Guangmin Zheng, Jin Wang, Xiaobing Zhou, Xuejie Zhang


Abstract
Chain of thought (CoT) has proven useful for problems requiring complex reasoning. Many of these problems are both textual and multimodal. Given the inputs in different modalities, a model generates a rationale and then uses it to answer a question. Because of the hallucination issue, the generated soft negative rationales with high textual quality but illogical semantics do not always help improve answer accuracy. This study proposes a rationale generation method using soft negative sampling (SNSE-CoT) to mitigate hallucinations in multimodal CoT. Five methods were applied to generate soft negative samples that shared highly similar text but had different semantics from the original. Bidirectional margin loss (BML) was applied to introduce them into the traditional contrastive learning framework that involves only positive and negative samples.
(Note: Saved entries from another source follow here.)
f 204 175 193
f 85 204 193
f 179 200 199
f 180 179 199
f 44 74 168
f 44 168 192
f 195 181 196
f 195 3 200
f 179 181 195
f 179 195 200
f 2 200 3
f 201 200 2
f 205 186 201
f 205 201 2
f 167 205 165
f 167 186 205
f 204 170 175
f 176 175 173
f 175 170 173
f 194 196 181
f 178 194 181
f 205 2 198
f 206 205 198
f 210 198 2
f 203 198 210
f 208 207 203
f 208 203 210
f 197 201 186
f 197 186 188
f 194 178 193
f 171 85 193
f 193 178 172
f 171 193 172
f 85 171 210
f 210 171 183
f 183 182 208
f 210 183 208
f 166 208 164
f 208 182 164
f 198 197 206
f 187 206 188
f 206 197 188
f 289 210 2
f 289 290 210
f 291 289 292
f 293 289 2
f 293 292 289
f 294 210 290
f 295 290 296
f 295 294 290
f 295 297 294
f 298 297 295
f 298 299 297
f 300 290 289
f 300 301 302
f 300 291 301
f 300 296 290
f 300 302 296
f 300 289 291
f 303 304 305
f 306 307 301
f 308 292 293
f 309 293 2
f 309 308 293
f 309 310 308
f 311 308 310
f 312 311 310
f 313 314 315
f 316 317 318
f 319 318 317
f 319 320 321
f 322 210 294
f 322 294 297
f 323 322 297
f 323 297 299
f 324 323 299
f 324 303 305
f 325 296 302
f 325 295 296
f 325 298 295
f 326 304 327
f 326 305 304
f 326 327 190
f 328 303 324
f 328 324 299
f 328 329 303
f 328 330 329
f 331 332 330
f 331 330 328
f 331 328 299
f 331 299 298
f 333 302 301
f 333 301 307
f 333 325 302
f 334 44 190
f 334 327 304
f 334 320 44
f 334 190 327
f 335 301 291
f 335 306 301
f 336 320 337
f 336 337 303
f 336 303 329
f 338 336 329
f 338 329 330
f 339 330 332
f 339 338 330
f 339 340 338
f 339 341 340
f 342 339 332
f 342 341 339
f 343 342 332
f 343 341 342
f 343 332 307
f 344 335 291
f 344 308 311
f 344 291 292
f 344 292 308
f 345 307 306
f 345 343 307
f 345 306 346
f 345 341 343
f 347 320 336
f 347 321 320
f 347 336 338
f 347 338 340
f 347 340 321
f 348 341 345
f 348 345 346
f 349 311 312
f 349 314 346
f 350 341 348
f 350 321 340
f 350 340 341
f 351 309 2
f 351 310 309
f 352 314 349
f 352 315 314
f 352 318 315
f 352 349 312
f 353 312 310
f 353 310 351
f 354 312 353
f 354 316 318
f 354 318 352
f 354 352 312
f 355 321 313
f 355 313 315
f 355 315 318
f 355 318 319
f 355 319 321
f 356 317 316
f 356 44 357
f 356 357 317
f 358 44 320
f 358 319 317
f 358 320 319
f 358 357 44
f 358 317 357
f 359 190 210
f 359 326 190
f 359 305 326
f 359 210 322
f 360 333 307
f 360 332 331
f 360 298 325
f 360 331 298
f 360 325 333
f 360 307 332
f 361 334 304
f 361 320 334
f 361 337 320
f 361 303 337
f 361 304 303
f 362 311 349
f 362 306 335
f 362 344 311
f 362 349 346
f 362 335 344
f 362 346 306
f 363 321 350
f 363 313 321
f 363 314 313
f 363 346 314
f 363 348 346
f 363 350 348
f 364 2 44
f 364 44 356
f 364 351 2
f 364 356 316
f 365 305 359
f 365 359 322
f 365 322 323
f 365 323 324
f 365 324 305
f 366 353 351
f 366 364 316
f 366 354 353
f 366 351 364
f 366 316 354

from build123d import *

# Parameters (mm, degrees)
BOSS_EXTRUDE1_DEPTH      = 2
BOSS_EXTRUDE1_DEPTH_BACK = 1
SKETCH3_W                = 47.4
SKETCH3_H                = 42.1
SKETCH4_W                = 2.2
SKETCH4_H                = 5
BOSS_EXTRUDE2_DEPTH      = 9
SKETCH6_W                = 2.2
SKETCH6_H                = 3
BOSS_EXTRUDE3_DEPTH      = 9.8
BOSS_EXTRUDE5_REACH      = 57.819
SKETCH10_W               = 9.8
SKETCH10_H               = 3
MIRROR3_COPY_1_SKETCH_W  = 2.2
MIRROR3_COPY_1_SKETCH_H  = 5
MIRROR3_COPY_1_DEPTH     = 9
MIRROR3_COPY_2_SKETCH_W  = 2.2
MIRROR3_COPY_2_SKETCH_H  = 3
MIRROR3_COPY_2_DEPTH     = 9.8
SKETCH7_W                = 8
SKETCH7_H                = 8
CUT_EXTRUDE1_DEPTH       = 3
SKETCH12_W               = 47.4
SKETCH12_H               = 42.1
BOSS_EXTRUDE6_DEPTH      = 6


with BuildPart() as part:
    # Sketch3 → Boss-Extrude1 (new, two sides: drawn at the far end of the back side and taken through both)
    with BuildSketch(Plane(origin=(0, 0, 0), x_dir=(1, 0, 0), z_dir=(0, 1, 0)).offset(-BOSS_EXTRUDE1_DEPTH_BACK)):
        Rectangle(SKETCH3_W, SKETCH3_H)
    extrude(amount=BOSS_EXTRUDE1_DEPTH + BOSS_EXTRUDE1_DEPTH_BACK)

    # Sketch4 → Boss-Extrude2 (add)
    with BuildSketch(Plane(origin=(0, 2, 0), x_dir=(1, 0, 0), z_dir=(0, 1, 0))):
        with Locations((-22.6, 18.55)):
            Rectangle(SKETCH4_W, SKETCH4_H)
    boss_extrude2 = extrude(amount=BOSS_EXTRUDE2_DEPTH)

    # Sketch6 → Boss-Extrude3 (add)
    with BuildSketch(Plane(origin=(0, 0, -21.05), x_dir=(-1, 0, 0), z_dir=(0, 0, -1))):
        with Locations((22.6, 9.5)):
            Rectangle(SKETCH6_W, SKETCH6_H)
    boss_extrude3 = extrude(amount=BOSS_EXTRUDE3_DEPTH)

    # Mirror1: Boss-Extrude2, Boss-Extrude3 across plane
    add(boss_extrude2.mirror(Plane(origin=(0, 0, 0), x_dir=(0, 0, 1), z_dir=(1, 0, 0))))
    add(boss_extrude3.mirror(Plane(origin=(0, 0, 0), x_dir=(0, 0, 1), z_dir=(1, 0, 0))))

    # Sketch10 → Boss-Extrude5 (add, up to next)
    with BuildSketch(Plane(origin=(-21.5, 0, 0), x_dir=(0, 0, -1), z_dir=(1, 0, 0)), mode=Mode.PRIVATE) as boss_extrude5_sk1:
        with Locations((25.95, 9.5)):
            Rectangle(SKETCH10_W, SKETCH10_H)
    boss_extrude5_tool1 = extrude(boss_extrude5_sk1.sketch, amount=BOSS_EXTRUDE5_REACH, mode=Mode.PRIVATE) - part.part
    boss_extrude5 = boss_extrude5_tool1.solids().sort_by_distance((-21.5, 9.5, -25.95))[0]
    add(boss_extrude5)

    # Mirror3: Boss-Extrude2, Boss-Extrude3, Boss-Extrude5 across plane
Extensive experiments on the ScienceQA dataset demonstrated the effectiveness of the proposed method. Code and data are released at https://github.com/zgMin/SNSE-CoT.
Anthology ID:
2024.lrec-main.537
Volume:
Proceedings of the 2024 Joint International Conference on Computational Linguistics, Language Resources and Evaluation (LREC-COLING 2024)
Month:
May
Year:
2024
Address:
Torino, Italia
Editors:
Nicoletta Calzolari, Min-Yen Kan, Veronique Hoste, Alessandro Lenci, Sakriani Sakti, Nianwen Xue
Venues:
LREC | COLING
SIG:
Publisher:
ELRA and ICCL
Note:
Pages:
6059–6076
Language:
URL:
https://aclanthology.org/2024.lrec-main.537
DOI:
Bibkey:
Cite (ACL):
Guangmin Zheng, Jin Wang, Xiaobing Zhou, and Xuejie Zhang. 2024. Enhancing Semantics in Multimodal Chain of Thought via Soft Negative Sampling. In Proceedings of the 2024 Joint International Conference on Computational Linguistics, Language Resources and Evaluation (LREC-COLING 2024), pages 6059–6076, Torino, Italia. ELRA and ICCL.
Cite (Informal):
Enhancing Semantics in Multimodal Chain of Thought via Soft Negative Sampling (Zheng et al., LREC-COLING 2024)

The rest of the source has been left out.